# Best ddr3 for a evga 790i.Please help me find it.



## Liketokite (Mar 23, 2008)

:smile:I am purchasing the evga 790i ultra mobo.I keep hearing only certain brands of ddr3 ram will wotk with it or big problems.I hate the thought if even paying those prices for ddr3 but i have no choice with that board.I would go with another board but im trying to look to the future as much as possible for this build as i will not be able to build again for quite some time as the wife will bobbit me.LOL.:[ I wish the board would accept ddr2 as it would probably perform better right now and later on use ddr3 as more gaming needs can use it.I hear the latency is so high on ddr3:[ I can not find a chart for the board and suggested ram anywhere.I have looked at other boards that accept both ddr2 and 3 but they only have one pcie 16 2.0 slot and later on when the prices drop i may install another 9800gx2 1 gb just for the heck of it.If anyone knows of or owns of these boards could you please tell me your configurations.Sorry for such a long thread.You guys and gals are so helpful.God Bless.RB:smile:


----------



## linderman (May 20, 2005)

I would not build with a DDR3 only board right now .......... major waste of $$$$$ and slower than DDR2


would be better off doing with cheaper board for now and upgrade later, the money you save by not buying ddr3 will take the pain out of motherboard upgrade later


actually until a processor is released that really makes some performance improvements while using ddr3 .......... it will stay a lame horse for quite awhile


----------



## blackduck30 (Sep 7, 2004)

I tend to agree with you as usual Linderman.

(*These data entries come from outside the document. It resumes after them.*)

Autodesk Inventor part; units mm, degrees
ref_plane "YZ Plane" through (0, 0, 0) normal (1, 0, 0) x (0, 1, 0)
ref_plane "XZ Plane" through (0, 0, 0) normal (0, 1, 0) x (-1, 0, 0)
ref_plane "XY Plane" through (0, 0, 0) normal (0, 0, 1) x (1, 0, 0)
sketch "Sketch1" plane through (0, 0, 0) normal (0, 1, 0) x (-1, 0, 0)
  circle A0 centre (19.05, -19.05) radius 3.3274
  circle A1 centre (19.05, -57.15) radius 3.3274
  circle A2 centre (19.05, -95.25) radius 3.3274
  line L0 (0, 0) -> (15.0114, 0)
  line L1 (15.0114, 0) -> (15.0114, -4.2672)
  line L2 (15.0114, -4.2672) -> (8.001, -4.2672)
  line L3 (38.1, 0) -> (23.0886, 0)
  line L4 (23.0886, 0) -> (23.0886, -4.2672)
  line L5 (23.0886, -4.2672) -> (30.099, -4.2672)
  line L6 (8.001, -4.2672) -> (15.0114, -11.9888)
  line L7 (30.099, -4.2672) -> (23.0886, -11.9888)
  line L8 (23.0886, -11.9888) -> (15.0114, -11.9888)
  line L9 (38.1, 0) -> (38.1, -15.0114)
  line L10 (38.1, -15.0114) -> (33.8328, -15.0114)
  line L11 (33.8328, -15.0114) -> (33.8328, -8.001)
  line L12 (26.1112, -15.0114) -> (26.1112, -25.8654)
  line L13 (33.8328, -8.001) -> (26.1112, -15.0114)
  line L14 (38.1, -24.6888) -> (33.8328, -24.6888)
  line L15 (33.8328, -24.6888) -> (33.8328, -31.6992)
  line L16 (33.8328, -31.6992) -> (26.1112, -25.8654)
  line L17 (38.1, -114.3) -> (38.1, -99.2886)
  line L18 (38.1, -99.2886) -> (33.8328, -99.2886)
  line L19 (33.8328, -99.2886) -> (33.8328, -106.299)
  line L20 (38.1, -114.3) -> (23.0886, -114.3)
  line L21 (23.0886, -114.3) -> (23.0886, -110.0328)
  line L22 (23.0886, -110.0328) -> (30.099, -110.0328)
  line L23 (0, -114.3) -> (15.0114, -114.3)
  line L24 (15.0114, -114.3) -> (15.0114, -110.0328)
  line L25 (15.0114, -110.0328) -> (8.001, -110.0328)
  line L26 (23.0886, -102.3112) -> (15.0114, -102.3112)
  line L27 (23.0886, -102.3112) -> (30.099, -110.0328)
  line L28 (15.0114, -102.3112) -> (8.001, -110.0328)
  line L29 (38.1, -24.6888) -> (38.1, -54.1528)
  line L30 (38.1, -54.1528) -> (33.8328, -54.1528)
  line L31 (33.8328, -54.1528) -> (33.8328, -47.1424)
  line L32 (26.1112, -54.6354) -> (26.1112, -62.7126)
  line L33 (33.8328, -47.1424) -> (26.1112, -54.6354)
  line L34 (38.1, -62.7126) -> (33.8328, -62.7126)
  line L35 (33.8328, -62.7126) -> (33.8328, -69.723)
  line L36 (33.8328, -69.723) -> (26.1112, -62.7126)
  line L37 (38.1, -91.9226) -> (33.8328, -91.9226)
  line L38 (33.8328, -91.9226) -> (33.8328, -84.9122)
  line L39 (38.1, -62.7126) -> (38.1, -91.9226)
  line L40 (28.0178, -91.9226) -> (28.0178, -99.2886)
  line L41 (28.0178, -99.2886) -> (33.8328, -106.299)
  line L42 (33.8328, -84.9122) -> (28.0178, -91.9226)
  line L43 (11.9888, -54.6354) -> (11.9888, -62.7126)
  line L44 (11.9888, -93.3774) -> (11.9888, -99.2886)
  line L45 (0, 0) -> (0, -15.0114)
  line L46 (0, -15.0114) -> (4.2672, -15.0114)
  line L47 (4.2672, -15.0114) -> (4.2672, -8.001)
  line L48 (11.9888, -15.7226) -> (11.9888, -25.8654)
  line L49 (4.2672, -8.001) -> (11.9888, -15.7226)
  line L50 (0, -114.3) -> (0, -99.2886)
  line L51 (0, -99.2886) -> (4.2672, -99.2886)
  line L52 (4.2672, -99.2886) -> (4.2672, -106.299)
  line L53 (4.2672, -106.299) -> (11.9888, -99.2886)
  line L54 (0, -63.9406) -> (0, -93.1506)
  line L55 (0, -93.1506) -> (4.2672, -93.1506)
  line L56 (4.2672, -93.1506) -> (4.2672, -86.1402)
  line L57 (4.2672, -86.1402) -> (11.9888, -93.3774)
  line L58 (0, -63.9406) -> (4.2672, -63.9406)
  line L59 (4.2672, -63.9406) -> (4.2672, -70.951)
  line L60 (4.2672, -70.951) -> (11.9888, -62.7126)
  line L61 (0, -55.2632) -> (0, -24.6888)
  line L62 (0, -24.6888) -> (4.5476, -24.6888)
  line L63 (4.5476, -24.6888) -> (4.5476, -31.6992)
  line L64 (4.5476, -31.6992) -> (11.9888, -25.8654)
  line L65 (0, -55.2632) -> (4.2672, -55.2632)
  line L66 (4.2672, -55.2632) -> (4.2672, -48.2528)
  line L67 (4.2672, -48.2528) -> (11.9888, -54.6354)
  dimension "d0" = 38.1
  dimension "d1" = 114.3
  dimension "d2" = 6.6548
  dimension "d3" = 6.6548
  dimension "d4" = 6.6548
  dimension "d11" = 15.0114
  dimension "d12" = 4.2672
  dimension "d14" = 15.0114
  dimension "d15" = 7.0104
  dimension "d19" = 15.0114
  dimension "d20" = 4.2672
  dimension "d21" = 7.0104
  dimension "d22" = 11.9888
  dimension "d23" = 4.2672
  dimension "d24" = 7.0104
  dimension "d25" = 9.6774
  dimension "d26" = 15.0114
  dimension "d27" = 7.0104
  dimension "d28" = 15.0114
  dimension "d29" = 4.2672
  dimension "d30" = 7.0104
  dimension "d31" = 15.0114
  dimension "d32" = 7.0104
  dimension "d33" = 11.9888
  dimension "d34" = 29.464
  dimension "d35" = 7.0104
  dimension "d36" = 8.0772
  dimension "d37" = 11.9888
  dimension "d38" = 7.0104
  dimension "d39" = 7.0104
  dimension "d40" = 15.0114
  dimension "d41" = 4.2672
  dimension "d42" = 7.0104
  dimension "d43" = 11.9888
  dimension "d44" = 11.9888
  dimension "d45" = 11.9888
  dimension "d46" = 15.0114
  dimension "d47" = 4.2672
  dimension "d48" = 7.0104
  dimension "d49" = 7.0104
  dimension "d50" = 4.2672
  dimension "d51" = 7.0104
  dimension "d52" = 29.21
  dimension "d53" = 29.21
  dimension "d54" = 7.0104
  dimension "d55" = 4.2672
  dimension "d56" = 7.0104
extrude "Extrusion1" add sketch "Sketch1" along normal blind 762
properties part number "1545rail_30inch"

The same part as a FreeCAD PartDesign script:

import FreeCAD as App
import Part
import Sketcher
Q = App.Units.Quantity


def add_polygon(sketch, points):
    """Adds a closed chain of lines whose ends are joined by coincident constraints."""
    first, n = sketch.GeometryCount, len(points)
    for a, b in zip(points, points[1:] + points[:1]):
        sketch.addGeometry(Part.LineSegment(App.Vector(*a, 0), App.Vector(*b, 0)), False)
    for i in range(n):
        sketch.addConstraint(Sketcher.Constraint("Coincident", first + i, 2, first + (i + 1) % n, 1))

doc = App.newDocument("Part")
params = doc.addObject("Spreadsheet::Sheet", "Params")
for row, (alias, value) in enumerate([
    ("sketch1_diameter", "0.262 in"),
    ("sketch1_height", "1.15 in"),
    ("sketch1_height2", "1.16 in"),
    ("sketch1_width", "0.591 in"),
    ("sketch1_width2", "0.168 in"),
    ("pad1_length", "30 in"),
], start=1):
    params.set(f"A{row}", alias)
    params.set(f"B{row}", "=" + value)
    params.setAlias(f"B{row}", alias)

body = doc.addObject("PartDesign::Body", "Body")

# Sketch on XZ plane
sketch1 = body.newObject("Sketcher::SketchObject", "Sketch")
sketch1.AttachmentSupport = (doc.getObject("XZ_Plane"), [""])
sketch1.MapMode = "FlatFace"
add_polygon(sketch1, [(-15, 0), (0, 0), (0, -15), (-4.3, -15), (-4.3, -8), (-12, -15.7), (-12, -25.9), (-4.5, -31.7), (-4.5, -24.7), (0, -24.7), (0, -55.3), (-4.3, -55.3), (-4.3, -48.3), (-12, -54.6), (-12, -62.7), (-4.3, -71), (-4.3, -63.9), (0, -63.9), (0, -93.2), (-4.3, -93.2), (-4.3, -86.1), (-12, -93.4), (-12, -99.3), (-4.3, -106.3), (-4.3, -99.3), (0, -99.3), (0, -114.3), (-15, -114.3), (-15, -110), (-8, -110), (-15, -102.3), (-23.1, -102.3), (-30.1, -110), (-23.1, -110), (-23.1, -114.3), (-38.1, -114.3), (-38.1, -99.3), (-33.8, -99.3), (-33.8, -106.3), (-28, -99.3), (-28, -91.9), (-33.8, -84.9), (-33.8, -91.9), (-38.1, -91.9), (-38.1, -62.7), (-33.8, -62.7), (-33.8, -69.7), (-26.1, -62.7), (-26.1, -54.6), (-33.8, -47.1), (-33.8, -54.2), (-38.1, -54.2), (-38.1, -24.7), (-33.8, -24.7), (-33.8, -31.7), (-26.1, -25.9), (-26.1, -15), (-33.8, -8), (-33.8, -15), (-38.1, -15), (-38.1, 0), (-23.1, 0), (-23.1, -4.3), (-30.1, -4.3), (-23.1, -12), (-15, -12), (-8, -4.3), (-15, -4.3)])  # lines 0-67
sketch1.addGeometry(Part.Circle(App.Vector(-19.1, -95.2, 0), App.Vector(0, 0, 1), 3.3), False)  # 68
sketch1.addGeometry(Part.Circle(App.Vector(-19.1, -57.1, 0), App.Vector(0, 0, 1), 3.3), False)  # 69
sketch1.addGeometry(Part.Circle(App.Vector(-19.1, -19.1, 0), App.Vector(0, 0, 1), 3.3), False)  # 70
sketch1.addConstraint([
    Sketcher.Constraint("Horizontal", 0),
    Sketcher.Constraint("Vertical", 1),
    Sketcher.Constraint("Horizontal", 2),
    Sketcher.Constraint("Vertical", 3),
    Sketcher.Constraint("Vertical", 5),
    Sketcher.Constraint("Vertical", 7),
    Sketcher.Constraint("Horizontal", 8),
    Sketcher.Constraint("Vertical", 9),
    Sketcher.Constraint("Horizontal", 10),
    Sketcher.Constraint("Vertical", 11),
    Sketcher.Constraint("Vertical", 13),
    Sketcher.Constraint("Vertical", 15),
    Sketcher.Constraint("Horizontal", 16),
    Sketcher.Constraint("Vertical", 17),
    Sketcher.Constraint("Horizontal", 18),
    Sketcher.Constraint("Vertical", 19),
    Sketcher.Constraint("Vertical", 21),
    Sketcher.Constraint("Vertical", 23),
    Sketcher.Constraint("Horizontal", 24),
    Sketcher.Constraint("Vertical", 25),
    Sketcher.Constraint("Horizontal", 26),
    Sketcher.Constraint("Vertical", 27),
    Sketcher.Constraint("Horizontal", 28),
    Sketcher.Constraint("Horizontal", 30),
    Sketcher.Constraint("Horizontal", 32),
    Sketcher.Constraint("Vertical", 33),
    Sketcher.Constraint("Horizontal", 34),
    Sketcher.Constraint("Vertical", 35),
    Sketcher.Constraint("Horizontal", 36),
    Sketcher.Constraint("Vertical", 37),
    Sketcher.Constraint("Vertical", 39),
    Sketcher.Constraint("Vertical", 41),
    Sketcher.Constraint("Horizontal", 42),
    Sketcher.Constraint("Vertical", 43),
    Sketcher.Constraint("Horizontal", 44),
    Sketcher.Constraint("Vertical", 45),
    Sketcher.Constraint("Vertical", 47),
    Sketcher.Constraint("Vertical", 49),
    Sketcher.Constraint("Horizontal", 50),
    Sketcher.Constraint("Vertical", 51),
    Sketcher.Constraint("Horizontal", 52),
    Sketcher.Constraint("Vertical", 53),
    Sketcher.Constraint("Vertical", 55),
    Sketcher.Constraint("Vertical", 57),
    Sketcher.Constraint("Horizontal", 58),
    Sketcher.Constraint("Vertical", 59),
    Sketcher.Constraint("Horizontal", 60),
    Sketcher.Constraint("Vertical", 61),
    Sketcher.Constraint("Horizontal", 62),
    Sketcher.Constraint("Horizontal", 64),
    Sketcher.Constraint("Horizontal", 66),
    Sketcher.Constraint("Vertical", 67),
    Sketcher.Constraint("Coincident", 0, 2, -1, 1),
    Sketcher.Constraint("Equal", 68, 69),
    Sketcher.Constraint("Equal", 69, 70),
    Sketcher.Constraint("PointOnObject", 8, 2, -2),
    Sketcher.Constraint("PointOnObject", 16, 2, -2),
    Sketcher.Constraint("PointOnObject", 24, 2, -2),
    Sketcher.Constraint("PointOnObject", 59, 2, -1),
    Sketcher.Constraint("Perpendicular", 14, 20),
    Sketcher.Constraint("Perpendicular", 22, 31),
    Sketcher.Constraint("Perpendicular", 29, 46),
    Sketcher.Constraint("Perpendicular", 31, 56),
    Sketcher.Constraint("Perpendicular", 46, 63),
    Sketcher.Constraint("Perpendicular", 56, 65),
    Sketcher.Constraint("Horizontal", 21, 2, 23, 2),
    Sketcher.Constraint("Horizontal", 28, 2, 31, 2),
    Sketcher.Constraint("Horizontal", 26, 2, 33, 2),
    Sketcher.Constraint("Horizontal", 24, 2, 35, 2),
    Sketcher.Constraint("Horizontal", 22, 2, 37, 2),
    Sketcher.Constraint("Horizontal", 36, 2, 38, 2),
    Sketcher.Constraint("Horizontal", 39, 2, 41, 2),
    Sketcher.Constraint("Horizontal", 13, 2, 43, 2),
    Sketcher.Constraint("Horizontal", 44, 2, 46, 2),
    Sketcher.Constraint("Horizontal", 12, 2, 47, 2),
    Sketcher.Constraint("Horizontal", 8, 2, 51, 2),
    Sketcher.Constraint("Horizontal", 6, 2, 53, 2),
    Sketcher.Constraint("Horizontal", 5, 2, 54, 2),
    Sketcher.Constraint("Horizontal", 2, 2, 55, 2),
    Sketcher.Constraint("Horizontal", 3, 2, 56, 2),
    Sketcher.Constraint("Horizontal", 55, 2, 57, 2),
    Sketcher.Constraint("Horizontal", 62, 2, 65, 2),
    Sketcher.Constraint("Vertical", 68, 3, 69, 3),
    Sketcher.Constraint("Vertical", 69, 3, 70, 3),
    Sketcher.Constraint("Vertical", 3, 2, 10, 2),
    Sketcher.Constraint("Vertical", 5, 2, 12, 2),
    Sketcher.Constraint("Vertical", 11, 2, 14, 2),
    Sketcher.Constraint("Vertical", 15, 2, 18, 2),
    Sketcher.Constraint("Vertical", 13, 2, 20, 2),
    Sketcher.Constraint("Vertical", 19, 2, 22, 2),
    Sketcher.Constraint("Vertical", 27, 2, 29, 2),
    Sketcher.Constraint("Vertical", 30, 2, 32, 2),
    Sketcher.Constraint("Vertical", 37, 2, 40, 2),
    Sketcher.Constraint("Vertical", 35, 2, 42, 2),
    Sketcher.Constraint("Vertical", 41, 2, 44, 2),
    Sketcher.Constraint("Vertical", 45, 2, 48, 2),
    Sketcher.Constraint("Vertical", 43, 2, 50, 2),
    Sketcher.Constraint("Vertical", 49, 2, 52, 2),
    Sketcher.Constraint("Vertical", 47, 2, 54, 2),
    Sketcher.Constraint("Vertical", 53, 2, 56, 2),
    Sketcher.Constraint("Vertical", 51, 2, 58, 2),
    Sketcher.Constraint("Vertical", 33, 2, 60, 2),
    Sketcher.Constraint("Vertical", 31, 2, 62, 2),
    Sketcher.Constraint("Vertical", 61, 2, 63, 2),
    Sketcher.Constraint("Vertical", 29, 2, 64, 2),
    Sketcher.Constraint("Vertical", 28, 2, 65, 2),
    Sketcher.Constraint("Vertical", 64, 2, 66, 2),
    Sketcher.Constraint("Equal", 26, 34),
    Sketcher.Constraint("Equal", 24, 36),
    Sketcher.Constraint("Equal", 60, 1),
    Sketcher.Constraint("Equal", 66, 3),
    Sketcher.Constraint("Equal", 3, 7),
    Sketcher.Constraint("Equal", 7, 11),
    Sketcher.Constraint("Equal", 64, 13),
    Sketcher.Constraint("Equal", 11, 15),
    Sketcher.Constraint("Equal", 15, 19),
    Sketcher.Constraint("Equal", 19, 23),
    Sketcher.Constraint("Equal", 1, 25),
    Sketcher.Constraint("Equal", 58, 27),
    Sketcher.Constraint("Equal", 37, 41),
    Sketcher.Constraint("Equal", 17, 43),
    Sketcher.Constraint("Equal", 45, 49),
    Sketcher.Constraint("Equal", 33, 61),
    Sketcher.Constraint("Diameter", 68, Q("0.262 in")),
    Sketcher.Constraint("DistanceY", 17, 2, 17, 1, Q("1.15 in")),
    Sketcher.Constraint("DistanceY", 51, 1, 51, 2, Q("1.16 in")),
    Sketcher.Constraint("DistanceY", 25, 2, -1, 1, Q("4.5 in")),
    Sketcher.Constraint("DistanceX", 34, 2, -1, 1, Q("1.5 in")),
    Sketcher.Constraint("DistanceX", 0, 1, 0, 2, Q("0.591 in")),
    Sketcher.Constraint("DistanceX", 2, 2, 2, 1, Q("0.168 in")),
    Sketcher.Constraint("DistanceX", 28, 1, 28, 2, Q("0.276 in")),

I think DDR3 does have a place in the market but it is not for the average user who just wants to plug a system together and run it.

BUT if you are prepared to spend the money and time you can build a system that will overclock to heights you only dream of.

I think we may have touched on that point in a thread somewhere that DDR3 only really comes in to it's own when overclocking

The whole point really comes down to money V'S Performance and where you are willing to take your system

It is only a matter of time that ddr3 will be main stream

I love your practical approach to things Linderman and it's what makes your contribution to this forum priceless ray:


----------



## 47thRoniN (Nov 19, 2008)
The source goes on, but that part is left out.